Soyuz 7K-L1E No.1 was launched on 26 June 1971 at 23:15:08 (11:15pm Moscow time) from Baikonur Cosmodrome Site 110/37. The spacecraft was built to test the Blok D rocket and the N-1 rocket. This was the third launch of the N-1. The previous two N-1 launches had failed. The N-1 Rocket was a super heavy-lift launch vehicle design to go to the moon, as a counterpart to the U.S. Saturn V rocket in the space race. The first stage of the N-1 serial 6L failed at launch. The Soyuz 7K-L1E had no escape rescue system and was lost. The Block D was designed to work with the N-1 to take the LK lunar lander to near the surface of the Moon. The Block D stage is still in use, but is used atop a Proton rocket. Had Soyuz 7K-L1E No.1 worked the upper stage was planned to go through maneuvers simulating those that would be used on a lunar mission.

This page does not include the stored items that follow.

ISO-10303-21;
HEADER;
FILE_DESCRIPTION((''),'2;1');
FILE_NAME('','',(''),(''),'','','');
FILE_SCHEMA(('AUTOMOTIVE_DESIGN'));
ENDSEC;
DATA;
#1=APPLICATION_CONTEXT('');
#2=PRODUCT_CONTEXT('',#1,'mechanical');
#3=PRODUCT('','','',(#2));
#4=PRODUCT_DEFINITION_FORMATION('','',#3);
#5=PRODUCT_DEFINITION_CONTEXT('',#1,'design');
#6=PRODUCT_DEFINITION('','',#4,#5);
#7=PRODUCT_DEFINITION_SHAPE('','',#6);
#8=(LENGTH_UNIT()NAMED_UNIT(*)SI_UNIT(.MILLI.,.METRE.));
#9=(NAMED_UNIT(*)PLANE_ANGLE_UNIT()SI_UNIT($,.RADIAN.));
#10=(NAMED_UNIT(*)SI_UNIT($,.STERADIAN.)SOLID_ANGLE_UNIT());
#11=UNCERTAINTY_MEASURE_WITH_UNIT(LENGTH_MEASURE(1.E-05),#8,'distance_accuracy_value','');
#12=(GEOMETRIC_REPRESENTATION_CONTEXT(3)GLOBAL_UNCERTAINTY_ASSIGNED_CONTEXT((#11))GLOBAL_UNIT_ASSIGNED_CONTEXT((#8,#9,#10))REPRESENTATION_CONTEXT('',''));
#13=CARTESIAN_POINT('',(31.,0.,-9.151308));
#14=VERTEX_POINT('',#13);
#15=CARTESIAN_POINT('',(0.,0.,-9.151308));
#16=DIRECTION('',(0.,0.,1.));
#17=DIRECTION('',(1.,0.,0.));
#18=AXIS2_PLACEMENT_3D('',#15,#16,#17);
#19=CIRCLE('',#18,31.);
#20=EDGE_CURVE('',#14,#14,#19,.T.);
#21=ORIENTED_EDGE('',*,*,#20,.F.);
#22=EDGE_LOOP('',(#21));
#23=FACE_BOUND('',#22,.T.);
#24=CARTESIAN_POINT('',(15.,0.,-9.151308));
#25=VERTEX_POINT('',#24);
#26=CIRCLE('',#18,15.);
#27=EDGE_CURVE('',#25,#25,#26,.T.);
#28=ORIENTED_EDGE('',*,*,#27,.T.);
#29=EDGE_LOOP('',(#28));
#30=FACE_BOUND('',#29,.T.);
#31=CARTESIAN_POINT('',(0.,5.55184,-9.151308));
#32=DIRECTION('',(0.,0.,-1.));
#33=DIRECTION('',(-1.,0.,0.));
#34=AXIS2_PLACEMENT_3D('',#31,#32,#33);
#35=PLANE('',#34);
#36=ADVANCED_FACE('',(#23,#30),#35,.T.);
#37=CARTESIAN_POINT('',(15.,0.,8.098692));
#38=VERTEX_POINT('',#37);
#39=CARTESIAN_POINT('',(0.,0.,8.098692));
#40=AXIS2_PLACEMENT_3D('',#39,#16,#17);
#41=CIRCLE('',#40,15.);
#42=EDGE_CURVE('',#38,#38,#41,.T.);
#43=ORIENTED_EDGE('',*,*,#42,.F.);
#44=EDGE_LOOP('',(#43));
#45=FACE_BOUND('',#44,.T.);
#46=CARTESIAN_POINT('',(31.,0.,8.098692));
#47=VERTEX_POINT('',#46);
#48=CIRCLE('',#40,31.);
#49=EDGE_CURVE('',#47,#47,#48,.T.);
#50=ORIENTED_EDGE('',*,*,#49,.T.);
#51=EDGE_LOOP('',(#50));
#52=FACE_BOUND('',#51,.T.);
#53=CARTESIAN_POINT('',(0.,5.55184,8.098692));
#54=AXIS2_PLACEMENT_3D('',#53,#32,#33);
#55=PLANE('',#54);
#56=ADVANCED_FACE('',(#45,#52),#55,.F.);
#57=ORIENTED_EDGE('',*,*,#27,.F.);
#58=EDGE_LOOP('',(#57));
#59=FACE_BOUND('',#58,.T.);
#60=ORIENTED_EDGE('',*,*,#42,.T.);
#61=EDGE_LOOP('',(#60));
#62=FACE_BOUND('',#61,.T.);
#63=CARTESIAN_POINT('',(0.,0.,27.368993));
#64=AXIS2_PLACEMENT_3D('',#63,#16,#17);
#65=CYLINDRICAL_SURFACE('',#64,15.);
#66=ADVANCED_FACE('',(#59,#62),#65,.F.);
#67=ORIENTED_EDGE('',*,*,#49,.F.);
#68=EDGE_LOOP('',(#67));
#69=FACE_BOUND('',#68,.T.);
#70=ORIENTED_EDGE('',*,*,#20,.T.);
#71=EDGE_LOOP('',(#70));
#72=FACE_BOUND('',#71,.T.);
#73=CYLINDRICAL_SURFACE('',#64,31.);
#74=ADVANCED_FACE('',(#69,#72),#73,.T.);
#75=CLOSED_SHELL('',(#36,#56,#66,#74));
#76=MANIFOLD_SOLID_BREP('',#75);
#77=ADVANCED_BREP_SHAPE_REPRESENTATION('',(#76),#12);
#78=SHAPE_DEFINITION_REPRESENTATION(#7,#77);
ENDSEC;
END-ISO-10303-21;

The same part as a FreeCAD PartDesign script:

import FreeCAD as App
import Part
import Sketcher
Q = App.Units.Quantity

doc = App.newDocument("Part")
body = doc.addObject("PartDesign::Body", "Body")

# Sketch on YZ plane
sketch1 = doc.addObject("Sketcher::SketchObject", "Sketch")
body.addObject(sketch1)
sketch1.AttachmentSupport = (doc.YZ_Plane, [""])
sketch1.MapMode = "FlatFace"
sketch1.addGeometry(Part.LineSegment(App.Vector(31, 8, 0), App.Vector(15, 8, 0)), False)
sketch1.addGeometry(Part.LineSegment(App.Vector(15, 8, 0), App.Vector(15, -9, 0)), False)
sketch1.addGeometry(Part.LineSegment(App.Vector(15, -9, 0), App.Vector(31, -9, 0)), False)
sketch1.addGeometry(Part.LineSegment(App.Vector(31, -9, 0), App.Vector(31, 8, 0)), False)
sketch1.addConstraint(Sketcher.Constraint("Coincident", 0, 2, 1, 1))
sketch1.addConstraint(Sketcher.Constraint("Coincident", 1, 2, 2, 1))
sketch1.addConstraint(Sketcher.Constraint("Coincident", 2, 2, 3, 1))
sketch1.addConstraint(Sketcher.Constraint("Coincident", 3, 2, 0, 1))
sketch1.addConstraint(Sketcher.Constraint("Horizontal", 0))
sketch1.addConstraint(Sketcher.Constraint("Vertical", 1))
sketch1.addConstraint(Sketcher.Constraint("Horizontal", 2))
sketch1.addConstraint(Sketcher.Constraint("Vertical", 3))
sketch1.addConstraint(Sketcher.Constraint("DistanceX", 0, 2, 0, 1, Q("16 mm")))
sketch1.addConstraint(Sketcher.Constraint("DistanceX", -1, 1, 0, 2, Q("15 mm")))
sketch1.addConstraint(Sketcher.Constraint("DistanceY", 1, 2, 1, 1, Q("17.25 mm")))
sketch1.addConstraint(Sketcher.Constraint("DistanceY", -1, 1, 0, 2, Q("8.098692 mm")))
revolution = doc.addObject("PartDesign::Revolution", "Revolution")
body.addObject(revolution)
revolution.Profile = sketch1
revolution.ReferenceAxis = (sketch1, ["V_Axis"])
revolution.Angle = 360

doc.recompute()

The Block D rocket would have taken the LK lunar lander to near the surface of the Moon.

==Soyuz 7K-L1E No.2==

Soyuz 7K-L1E No.2 was an uncrewed Soyuz 7K-L1, launched on a Proton, with an N-1 upper stage and the Soyuz 7K-L1E control spacecraft into Earth orbit on 2 December 1970. This flight was a success and was then designated "Cosmos 382" - "Kosmos 382". Kosmos being the title given Soviet satellites since 1962. Kosmos-382 carried experiments and simulating the lunar orbit insertion burn, for planned later crewed missions to the Moon.